# Djent = Ibanez Promo Ad (Chimp Spanner & Tesseract)



## ShadowFactoryX (Oct 10, 2011)

Djent as in genre?!?! JK


----------



## ShadowFactoryX (Oct 10, 2011)

Also, I dont have a smart-phone to scan "what is djent?"


----------



## gunshow86de (Oct 10, 2011)

ShadowFactoryX said:


> Djent as in genre?!?! JK



Scan the QR code, we will find out once and for all if djent is a genre.


----------



## The Reverend (Oct 10, 2011)

This ad makes Ibanez look like they have a fetish for black guitars. In the case of their 8s, I guess that would be true, wouldn't it?


----------



## 0 Xero 0 (Oct 10, 2011)

Is Paul even endorsed by Ibanez?
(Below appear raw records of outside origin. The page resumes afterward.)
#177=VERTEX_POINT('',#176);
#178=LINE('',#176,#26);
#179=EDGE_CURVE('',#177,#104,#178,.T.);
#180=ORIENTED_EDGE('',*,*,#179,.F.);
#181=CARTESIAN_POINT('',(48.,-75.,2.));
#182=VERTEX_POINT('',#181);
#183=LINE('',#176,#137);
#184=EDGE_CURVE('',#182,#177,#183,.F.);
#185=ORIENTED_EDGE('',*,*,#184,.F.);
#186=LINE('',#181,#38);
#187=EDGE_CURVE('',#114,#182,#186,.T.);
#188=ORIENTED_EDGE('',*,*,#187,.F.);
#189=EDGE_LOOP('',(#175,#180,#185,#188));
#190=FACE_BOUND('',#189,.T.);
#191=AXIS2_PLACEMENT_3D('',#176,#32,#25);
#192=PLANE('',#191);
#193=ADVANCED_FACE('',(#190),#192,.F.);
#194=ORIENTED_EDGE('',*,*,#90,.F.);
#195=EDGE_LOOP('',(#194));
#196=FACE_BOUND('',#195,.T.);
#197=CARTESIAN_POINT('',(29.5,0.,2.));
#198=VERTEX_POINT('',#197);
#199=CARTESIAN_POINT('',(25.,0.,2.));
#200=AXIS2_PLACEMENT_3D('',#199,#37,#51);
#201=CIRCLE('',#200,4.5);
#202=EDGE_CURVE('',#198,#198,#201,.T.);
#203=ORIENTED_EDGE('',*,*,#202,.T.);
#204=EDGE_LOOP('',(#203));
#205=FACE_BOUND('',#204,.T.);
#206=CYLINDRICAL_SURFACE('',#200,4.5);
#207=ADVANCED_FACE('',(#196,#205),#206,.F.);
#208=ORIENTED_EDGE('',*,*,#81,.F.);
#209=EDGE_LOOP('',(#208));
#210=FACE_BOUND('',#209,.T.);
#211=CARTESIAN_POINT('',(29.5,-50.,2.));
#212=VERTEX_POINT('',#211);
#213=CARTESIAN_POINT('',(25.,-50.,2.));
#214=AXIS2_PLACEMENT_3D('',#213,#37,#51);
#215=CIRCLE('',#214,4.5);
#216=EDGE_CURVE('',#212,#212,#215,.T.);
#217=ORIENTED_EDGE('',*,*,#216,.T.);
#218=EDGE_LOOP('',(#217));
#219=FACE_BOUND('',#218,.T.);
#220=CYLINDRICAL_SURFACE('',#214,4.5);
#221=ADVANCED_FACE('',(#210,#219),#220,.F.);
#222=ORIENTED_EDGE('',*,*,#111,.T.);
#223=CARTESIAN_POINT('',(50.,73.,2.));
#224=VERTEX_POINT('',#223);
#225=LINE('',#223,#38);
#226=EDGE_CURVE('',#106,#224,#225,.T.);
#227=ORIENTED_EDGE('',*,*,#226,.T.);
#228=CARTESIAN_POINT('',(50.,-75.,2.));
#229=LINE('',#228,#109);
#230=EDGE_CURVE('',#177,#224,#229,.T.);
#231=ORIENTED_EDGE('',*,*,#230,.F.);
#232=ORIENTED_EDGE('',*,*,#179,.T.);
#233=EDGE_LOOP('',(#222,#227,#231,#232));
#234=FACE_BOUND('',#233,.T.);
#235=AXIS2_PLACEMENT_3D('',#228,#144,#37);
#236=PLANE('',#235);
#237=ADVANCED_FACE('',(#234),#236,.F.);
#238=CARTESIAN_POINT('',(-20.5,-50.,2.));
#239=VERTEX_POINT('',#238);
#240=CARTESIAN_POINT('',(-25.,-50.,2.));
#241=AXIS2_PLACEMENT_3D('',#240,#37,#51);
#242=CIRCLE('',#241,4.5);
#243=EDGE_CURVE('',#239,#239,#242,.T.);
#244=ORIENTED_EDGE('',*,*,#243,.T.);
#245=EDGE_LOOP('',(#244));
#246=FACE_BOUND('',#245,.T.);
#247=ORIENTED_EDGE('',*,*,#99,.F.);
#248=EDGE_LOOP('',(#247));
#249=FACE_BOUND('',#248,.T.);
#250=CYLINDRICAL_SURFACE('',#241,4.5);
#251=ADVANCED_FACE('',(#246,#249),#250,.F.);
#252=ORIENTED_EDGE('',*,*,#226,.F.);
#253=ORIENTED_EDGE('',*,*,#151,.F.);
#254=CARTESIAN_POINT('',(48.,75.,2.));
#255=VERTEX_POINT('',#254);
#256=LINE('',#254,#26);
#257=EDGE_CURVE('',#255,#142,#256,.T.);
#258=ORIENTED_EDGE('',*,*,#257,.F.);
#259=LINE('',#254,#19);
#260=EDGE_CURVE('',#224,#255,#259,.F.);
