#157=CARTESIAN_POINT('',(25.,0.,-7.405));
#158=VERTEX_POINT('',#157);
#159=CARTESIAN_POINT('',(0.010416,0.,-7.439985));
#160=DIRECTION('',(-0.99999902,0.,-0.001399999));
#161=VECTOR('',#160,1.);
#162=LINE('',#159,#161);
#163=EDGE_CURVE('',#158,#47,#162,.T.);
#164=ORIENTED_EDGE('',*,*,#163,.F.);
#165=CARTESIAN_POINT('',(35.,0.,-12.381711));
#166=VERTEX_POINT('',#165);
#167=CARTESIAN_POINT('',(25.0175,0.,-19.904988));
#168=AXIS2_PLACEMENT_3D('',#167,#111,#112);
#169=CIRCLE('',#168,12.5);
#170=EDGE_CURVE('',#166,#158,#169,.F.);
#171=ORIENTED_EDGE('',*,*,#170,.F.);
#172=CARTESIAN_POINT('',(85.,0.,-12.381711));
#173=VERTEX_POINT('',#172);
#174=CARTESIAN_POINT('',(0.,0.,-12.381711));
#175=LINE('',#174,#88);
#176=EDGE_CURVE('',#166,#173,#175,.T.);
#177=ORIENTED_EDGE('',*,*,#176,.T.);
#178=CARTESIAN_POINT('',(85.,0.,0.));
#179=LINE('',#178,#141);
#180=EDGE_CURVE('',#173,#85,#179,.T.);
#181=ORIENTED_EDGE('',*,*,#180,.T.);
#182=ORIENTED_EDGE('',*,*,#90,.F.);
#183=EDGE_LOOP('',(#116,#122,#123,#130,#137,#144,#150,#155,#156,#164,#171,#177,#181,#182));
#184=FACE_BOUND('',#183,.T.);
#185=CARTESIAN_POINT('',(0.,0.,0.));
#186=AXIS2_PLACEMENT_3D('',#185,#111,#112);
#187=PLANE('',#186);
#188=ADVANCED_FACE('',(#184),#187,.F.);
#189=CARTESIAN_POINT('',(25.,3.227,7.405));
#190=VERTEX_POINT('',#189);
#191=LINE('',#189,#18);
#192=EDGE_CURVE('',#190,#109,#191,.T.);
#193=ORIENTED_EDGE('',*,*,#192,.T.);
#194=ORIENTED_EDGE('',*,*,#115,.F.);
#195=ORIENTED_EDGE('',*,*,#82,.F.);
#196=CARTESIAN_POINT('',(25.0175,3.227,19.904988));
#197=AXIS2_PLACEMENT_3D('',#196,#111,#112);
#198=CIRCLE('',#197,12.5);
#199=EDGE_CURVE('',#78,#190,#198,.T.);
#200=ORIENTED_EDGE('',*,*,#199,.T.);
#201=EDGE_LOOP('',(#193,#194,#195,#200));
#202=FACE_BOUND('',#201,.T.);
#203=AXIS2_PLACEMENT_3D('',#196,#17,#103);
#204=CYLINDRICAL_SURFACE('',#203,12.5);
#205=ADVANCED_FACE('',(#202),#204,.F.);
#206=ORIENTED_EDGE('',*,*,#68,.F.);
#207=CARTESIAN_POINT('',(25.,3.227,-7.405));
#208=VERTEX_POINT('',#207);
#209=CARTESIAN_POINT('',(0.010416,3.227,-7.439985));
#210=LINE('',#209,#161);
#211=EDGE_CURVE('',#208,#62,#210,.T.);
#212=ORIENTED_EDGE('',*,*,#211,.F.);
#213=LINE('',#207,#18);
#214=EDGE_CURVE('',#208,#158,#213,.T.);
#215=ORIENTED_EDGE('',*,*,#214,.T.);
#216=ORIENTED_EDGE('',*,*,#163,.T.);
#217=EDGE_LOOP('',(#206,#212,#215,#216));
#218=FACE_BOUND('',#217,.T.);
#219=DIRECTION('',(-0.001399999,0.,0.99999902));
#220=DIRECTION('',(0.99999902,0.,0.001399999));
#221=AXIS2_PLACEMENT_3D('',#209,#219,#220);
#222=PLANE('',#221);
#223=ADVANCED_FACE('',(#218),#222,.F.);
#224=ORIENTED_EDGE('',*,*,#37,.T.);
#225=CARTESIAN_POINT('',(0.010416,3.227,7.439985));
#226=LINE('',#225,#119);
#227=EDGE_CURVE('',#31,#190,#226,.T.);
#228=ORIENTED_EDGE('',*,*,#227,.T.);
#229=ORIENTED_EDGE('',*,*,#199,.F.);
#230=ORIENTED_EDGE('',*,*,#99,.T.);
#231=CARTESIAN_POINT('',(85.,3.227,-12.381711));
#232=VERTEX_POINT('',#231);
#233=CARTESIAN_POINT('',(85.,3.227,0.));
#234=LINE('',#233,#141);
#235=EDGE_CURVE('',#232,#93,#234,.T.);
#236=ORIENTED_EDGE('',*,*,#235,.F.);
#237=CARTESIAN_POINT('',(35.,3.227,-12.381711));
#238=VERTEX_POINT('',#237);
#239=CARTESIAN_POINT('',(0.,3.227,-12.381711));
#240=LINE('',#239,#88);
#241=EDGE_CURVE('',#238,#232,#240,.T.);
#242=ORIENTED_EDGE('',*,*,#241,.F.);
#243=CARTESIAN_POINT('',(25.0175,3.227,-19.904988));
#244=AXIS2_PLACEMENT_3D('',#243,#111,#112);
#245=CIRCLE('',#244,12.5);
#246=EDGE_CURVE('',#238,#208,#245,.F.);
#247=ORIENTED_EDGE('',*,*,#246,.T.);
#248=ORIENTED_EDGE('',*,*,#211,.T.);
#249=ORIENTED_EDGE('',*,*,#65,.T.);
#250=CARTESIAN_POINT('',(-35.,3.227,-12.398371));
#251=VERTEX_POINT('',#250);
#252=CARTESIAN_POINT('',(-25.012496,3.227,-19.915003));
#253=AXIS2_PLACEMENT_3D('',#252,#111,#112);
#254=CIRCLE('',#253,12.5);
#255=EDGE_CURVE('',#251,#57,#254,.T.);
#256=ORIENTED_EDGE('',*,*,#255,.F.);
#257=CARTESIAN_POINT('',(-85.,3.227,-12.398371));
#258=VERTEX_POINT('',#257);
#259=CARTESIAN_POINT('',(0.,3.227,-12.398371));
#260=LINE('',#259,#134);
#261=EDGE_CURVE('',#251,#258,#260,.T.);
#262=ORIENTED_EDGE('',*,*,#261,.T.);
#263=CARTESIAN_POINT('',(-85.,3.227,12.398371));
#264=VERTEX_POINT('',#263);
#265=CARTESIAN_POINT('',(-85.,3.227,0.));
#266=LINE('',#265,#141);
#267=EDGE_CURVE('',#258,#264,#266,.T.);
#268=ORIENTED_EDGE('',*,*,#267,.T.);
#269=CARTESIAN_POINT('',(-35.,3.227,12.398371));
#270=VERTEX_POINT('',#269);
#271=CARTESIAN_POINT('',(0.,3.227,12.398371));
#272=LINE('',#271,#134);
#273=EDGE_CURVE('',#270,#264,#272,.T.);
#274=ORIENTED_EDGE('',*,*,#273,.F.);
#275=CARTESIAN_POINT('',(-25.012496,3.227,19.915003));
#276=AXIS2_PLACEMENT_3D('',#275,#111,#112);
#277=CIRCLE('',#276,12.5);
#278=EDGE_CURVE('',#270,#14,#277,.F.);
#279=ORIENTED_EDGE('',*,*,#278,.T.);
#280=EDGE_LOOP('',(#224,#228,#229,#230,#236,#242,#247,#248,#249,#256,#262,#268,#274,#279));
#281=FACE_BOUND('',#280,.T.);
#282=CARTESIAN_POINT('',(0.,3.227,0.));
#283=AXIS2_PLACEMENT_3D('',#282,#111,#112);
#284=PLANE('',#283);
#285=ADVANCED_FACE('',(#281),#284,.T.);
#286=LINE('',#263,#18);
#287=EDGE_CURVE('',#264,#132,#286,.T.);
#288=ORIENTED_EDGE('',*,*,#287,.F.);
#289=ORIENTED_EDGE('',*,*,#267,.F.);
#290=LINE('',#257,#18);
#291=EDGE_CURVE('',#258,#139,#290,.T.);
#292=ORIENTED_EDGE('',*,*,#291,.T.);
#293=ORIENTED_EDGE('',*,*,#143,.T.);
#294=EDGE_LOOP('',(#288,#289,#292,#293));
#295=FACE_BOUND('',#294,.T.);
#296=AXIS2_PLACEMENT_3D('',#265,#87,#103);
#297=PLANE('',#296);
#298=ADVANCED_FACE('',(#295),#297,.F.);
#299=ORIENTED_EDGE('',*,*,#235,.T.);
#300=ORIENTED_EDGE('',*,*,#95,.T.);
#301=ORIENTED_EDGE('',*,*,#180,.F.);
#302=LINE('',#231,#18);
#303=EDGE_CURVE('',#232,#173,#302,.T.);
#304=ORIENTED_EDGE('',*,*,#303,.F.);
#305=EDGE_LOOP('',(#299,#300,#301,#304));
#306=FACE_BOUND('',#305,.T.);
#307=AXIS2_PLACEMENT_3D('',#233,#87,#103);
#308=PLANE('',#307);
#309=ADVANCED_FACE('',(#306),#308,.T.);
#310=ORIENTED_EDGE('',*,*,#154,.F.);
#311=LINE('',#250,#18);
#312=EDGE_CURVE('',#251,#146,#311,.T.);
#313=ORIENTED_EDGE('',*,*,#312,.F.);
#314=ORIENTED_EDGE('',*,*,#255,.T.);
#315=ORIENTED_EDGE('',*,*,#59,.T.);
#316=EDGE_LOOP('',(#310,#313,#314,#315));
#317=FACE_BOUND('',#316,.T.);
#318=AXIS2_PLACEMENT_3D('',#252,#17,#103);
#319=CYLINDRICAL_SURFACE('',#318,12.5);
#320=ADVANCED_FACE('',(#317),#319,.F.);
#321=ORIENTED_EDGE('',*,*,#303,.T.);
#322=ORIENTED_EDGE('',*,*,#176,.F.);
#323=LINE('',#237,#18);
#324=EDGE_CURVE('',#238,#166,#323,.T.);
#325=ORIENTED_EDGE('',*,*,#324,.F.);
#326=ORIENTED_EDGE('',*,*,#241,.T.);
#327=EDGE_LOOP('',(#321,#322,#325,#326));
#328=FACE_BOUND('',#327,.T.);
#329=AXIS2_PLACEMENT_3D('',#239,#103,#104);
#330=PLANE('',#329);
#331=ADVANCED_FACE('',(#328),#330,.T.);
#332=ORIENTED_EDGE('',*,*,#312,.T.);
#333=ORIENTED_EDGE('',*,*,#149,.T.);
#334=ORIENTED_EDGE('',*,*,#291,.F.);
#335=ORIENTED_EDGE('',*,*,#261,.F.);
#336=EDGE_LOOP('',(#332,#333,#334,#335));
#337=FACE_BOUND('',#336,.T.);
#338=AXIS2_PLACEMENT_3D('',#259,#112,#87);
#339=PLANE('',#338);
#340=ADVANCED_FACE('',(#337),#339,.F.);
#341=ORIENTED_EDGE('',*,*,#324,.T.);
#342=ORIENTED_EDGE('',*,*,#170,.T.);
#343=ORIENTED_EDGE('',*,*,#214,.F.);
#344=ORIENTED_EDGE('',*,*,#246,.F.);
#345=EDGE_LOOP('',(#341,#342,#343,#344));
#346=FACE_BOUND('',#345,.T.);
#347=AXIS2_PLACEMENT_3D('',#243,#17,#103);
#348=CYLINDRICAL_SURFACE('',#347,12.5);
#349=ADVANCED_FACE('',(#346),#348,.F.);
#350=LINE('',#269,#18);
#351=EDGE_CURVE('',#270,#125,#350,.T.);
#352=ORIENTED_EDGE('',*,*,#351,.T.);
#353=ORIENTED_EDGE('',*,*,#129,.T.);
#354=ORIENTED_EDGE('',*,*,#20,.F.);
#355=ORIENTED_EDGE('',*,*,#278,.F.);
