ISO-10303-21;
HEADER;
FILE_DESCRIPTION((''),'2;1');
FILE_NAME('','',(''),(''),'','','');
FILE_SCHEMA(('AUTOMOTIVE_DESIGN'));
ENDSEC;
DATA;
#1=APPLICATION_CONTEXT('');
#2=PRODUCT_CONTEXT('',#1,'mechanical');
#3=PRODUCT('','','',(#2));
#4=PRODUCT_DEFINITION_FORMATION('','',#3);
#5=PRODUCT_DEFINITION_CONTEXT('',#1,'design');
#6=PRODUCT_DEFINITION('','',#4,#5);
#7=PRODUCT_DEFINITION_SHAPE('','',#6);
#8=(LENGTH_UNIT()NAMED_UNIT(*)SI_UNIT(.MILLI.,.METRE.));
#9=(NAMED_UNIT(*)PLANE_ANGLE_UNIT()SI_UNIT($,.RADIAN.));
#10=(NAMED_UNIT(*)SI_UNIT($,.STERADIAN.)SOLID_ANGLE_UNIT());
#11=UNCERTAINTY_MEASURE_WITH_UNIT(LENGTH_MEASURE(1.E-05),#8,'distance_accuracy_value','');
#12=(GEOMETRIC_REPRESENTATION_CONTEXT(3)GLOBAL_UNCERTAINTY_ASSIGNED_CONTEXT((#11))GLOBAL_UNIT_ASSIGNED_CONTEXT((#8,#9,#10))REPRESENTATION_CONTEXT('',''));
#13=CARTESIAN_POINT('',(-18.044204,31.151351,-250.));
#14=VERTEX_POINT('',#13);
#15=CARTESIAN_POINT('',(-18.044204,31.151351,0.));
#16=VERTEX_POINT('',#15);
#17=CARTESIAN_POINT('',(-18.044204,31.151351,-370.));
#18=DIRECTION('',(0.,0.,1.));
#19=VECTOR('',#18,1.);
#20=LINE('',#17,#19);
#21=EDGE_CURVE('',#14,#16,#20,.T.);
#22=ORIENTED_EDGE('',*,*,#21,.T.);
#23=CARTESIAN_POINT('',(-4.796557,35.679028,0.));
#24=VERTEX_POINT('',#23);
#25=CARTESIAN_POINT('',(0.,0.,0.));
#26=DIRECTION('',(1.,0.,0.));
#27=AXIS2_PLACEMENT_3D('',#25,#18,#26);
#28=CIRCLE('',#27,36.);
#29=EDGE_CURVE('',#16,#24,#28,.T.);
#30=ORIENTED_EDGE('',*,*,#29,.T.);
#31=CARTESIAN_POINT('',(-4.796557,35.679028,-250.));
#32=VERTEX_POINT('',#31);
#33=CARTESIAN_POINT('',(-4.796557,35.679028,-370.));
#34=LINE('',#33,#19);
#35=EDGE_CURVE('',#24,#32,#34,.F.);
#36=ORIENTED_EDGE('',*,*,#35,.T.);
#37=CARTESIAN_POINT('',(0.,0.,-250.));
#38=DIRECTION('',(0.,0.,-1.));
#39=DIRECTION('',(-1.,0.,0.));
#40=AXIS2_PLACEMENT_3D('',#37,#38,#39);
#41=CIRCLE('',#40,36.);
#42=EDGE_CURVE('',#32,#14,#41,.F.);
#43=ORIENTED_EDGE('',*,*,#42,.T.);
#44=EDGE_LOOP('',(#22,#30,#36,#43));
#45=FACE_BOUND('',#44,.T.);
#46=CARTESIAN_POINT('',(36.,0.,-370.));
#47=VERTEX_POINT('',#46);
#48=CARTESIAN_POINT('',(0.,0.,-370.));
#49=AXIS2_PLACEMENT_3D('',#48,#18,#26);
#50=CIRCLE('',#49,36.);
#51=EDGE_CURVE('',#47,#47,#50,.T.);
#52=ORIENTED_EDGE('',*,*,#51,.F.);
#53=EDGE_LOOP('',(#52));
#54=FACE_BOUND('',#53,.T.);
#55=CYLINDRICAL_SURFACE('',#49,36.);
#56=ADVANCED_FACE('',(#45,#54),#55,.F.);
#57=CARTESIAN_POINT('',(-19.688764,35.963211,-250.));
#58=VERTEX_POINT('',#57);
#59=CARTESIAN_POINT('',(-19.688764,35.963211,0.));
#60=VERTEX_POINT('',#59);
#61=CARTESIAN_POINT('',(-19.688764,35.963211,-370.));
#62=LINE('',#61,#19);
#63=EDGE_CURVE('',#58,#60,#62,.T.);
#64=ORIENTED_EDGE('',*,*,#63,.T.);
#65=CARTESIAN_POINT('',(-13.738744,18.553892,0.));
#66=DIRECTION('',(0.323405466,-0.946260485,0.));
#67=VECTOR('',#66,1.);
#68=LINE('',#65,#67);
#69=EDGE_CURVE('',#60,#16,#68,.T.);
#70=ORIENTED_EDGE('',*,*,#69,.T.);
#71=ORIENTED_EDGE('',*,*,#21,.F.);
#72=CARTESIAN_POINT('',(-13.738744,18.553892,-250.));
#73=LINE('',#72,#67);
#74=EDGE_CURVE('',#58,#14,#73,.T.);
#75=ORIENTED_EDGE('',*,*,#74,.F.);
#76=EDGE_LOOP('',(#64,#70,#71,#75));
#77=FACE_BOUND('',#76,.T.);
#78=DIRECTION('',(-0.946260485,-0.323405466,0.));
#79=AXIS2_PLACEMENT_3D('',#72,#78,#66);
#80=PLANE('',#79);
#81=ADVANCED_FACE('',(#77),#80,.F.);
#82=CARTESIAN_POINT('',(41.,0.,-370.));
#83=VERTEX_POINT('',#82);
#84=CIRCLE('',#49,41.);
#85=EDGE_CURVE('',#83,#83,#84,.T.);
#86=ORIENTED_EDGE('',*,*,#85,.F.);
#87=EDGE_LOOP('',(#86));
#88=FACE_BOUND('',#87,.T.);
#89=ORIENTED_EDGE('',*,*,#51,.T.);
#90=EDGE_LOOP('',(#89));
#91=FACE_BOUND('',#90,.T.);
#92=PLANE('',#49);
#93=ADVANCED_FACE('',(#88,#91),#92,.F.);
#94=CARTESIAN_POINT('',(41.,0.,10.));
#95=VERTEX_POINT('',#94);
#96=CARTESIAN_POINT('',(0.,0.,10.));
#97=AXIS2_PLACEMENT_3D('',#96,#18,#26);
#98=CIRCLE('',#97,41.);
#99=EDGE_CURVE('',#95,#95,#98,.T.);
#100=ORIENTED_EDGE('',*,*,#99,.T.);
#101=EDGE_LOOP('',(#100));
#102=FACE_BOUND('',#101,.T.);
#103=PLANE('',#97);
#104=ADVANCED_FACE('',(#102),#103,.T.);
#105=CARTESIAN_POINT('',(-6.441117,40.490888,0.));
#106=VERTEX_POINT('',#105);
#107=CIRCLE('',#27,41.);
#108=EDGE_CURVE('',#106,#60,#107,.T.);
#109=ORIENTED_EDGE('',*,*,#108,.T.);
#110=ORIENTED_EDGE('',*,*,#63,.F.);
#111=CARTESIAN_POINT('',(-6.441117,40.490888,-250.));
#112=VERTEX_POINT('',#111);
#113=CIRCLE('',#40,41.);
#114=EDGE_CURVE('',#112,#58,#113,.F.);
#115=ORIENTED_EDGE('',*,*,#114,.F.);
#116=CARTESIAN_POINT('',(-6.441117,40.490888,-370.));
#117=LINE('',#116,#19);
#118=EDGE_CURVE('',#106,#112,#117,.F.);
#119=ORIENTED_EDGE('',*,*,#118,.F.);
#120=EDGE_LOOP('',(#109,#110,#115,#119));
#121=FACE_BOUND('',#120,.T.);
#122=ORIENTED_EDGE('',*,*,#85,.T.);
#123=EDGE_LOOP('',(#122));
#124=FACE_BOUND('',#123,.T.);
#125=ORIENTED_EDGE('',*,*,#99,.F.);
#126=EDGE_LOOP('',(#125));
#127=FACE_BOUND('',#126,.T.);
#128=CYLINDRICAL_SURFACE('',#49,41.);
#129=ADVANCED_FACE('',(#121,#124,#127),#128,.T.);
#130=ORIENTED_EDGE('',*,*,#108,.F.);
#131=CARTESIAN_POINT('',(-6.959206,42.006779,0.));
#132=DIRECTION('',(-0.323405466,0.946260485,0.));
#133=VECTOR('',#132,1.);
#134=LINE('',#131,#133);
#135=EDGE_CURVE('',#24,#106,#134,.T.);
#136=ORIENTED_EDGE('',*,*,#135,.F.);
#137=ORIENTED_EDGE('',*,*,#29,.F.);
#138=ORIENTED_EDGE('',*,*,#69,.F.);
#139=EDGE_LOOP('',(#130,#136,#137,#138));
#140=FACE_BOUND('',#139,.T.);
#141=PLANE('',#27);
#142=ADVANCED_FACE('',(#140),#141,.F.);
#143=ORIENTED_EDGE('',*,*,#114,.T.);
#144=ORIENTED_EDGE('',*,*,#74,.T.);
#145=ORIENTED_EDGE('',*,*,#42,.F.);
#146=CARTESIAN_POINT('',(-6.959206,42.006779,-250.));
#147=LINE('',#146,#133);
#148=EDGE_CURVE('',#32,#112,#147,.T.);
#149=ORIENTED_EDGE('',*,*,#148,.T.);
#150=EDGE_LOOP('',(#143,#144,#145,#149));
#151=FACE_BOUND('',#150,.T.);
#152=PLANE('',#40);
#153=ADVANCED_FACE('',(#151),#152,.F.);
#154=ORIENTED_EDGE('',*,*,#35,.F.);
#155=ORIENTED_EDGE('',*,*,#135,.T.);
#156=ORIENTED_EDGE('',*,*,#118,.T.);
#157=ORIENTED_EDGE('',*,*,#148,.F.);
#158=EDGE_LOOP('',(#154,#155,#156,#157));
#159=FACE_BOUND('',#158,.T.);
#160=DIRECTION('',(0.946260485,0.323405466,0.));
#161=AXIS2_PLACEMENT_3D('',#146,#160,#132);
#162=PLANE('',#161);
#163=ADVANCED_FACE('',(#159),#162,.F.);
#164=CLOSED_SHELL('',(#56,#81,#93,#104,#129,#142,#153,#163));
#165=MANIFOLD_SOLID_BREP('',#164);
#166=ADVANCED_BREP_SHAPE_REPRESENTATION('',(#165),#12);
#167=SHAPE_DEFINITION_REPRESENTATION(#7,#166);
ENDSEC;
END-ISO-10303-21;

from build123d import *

# Parameters (mm, degrees)
ESQUISSE1_R             = 41
ESQUISSE1_R_2           = 36
BOSS_EXTRU_1_DEPTH      = 370
BOSS_EXTRU_2_DEPTH      = 110
ENL_V_MAT_EXTRU_1_DEPTH = 250
BOSS_EXTRU_3_START      = 10
ESQUISSE3_R             = 41
BOSS_EXTRU_3_DEPTH      = 10


with BuildPart() as part:
    # Esquisse1 → Boss.-Extru.1 (new body)
    with BuildSketch(Plane.XY):
        Circle(ESQUISSE1_R)
        Circle(ESQUISSE1_R_2, mode=Mode.SUBTRACT)
    extrude(amount=-BOSS_EXTRU_1_DEPTH)


with BuildPart() as body_2:
    # Esquisse2 → Boss.-Extru.2 (new body)
    with BuildSketch(Plane.XY):
        Polygon((-20.206852958, 37.47910209), (-6.959206174, 42.006778613), (-0.491096856, 23.081568921), (-13.73874364, 18.553892399), align=None)
    extrude(amount=-BOSS_EXTRU_2_DEPTH)


with BuildPart() as enl_v_mat_extru_1_tool:
    # Esquisse2<2> → Enlèv. mat.-Extru.1 (new body)
    with BuildSketch(Plane.XY):
        Polygon((-20.206852958, 37.47910209), (-6.959206174, 42.006778613), (-0.491096856, 23.081568921), (-13.73874364, 18.553892399), align=None)
    extrude(amount=-ENL_V_MAT_EXTRU_1_DEPTH)


with BuildPart() as part_1:
    add(part.part)

    # Enlèv. mat.-Extru.1: cut by enl_v_mat_extru_1_tool
    add(enl_v_mat_extru_1_tool.part, mode=Mode.SUBTRACT)

    # Esquisse3 → Boss.-Extru.3 (add)
    with BuildSketch(Plane.XY.offset(BOSS_EXTRU_3_START)):
        Circle(ESQUISSE3_R)
    extrude(amount=-BOSS_EXTRU_3_DEPTH)


with BuildPart() as body_2_1:
    add(body_2.part)

    # Enlèv. mat.-Extru.1: cut by enl_v_mat_extru_1_tool
    add(enl_v_mat_extru_1_tool.part, mode=Mode.SUBTRACT)


solid = part_1.part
I know that's pretty much all he owns, but I didn't know he has endorsement...


----------



## gunshow86de (Oct 10, 2011)

Okay, I scanned the QR code.


----------



## Deadnightshade (Oct 10, 2011)

Djentlemen,we got trolled.


----------



## The Reverend (Oct 10, 2011)

gunshow86de said:


> Okay, I scanned the QR code.



First: Holy shit, get a new phone.
Second: I guess Ibanez ended the debate for us.


----------



## ShadowFactoryX (Oct 10, 2011)

IMPOSSIBLE I SAY!


----------



## rythmic_pulses (Oct 10, 2011)

All I can say is, it looks like a real nice photoshop project. 
No Ibanez ad layout would be that clumsy.


----------



## Dan (Oct 10, 2011)

Y U NO S SERIES IBANEZ? S7420 NOT DJENT ENOUGH FOR YOU?!?


----------



## ZXIIIT (Oct 10, 2011)

rythmic_pulses said:


> All I can say is, it looks like a real nice photoshop project.
> No Ibanez ad layout would be that clumsy.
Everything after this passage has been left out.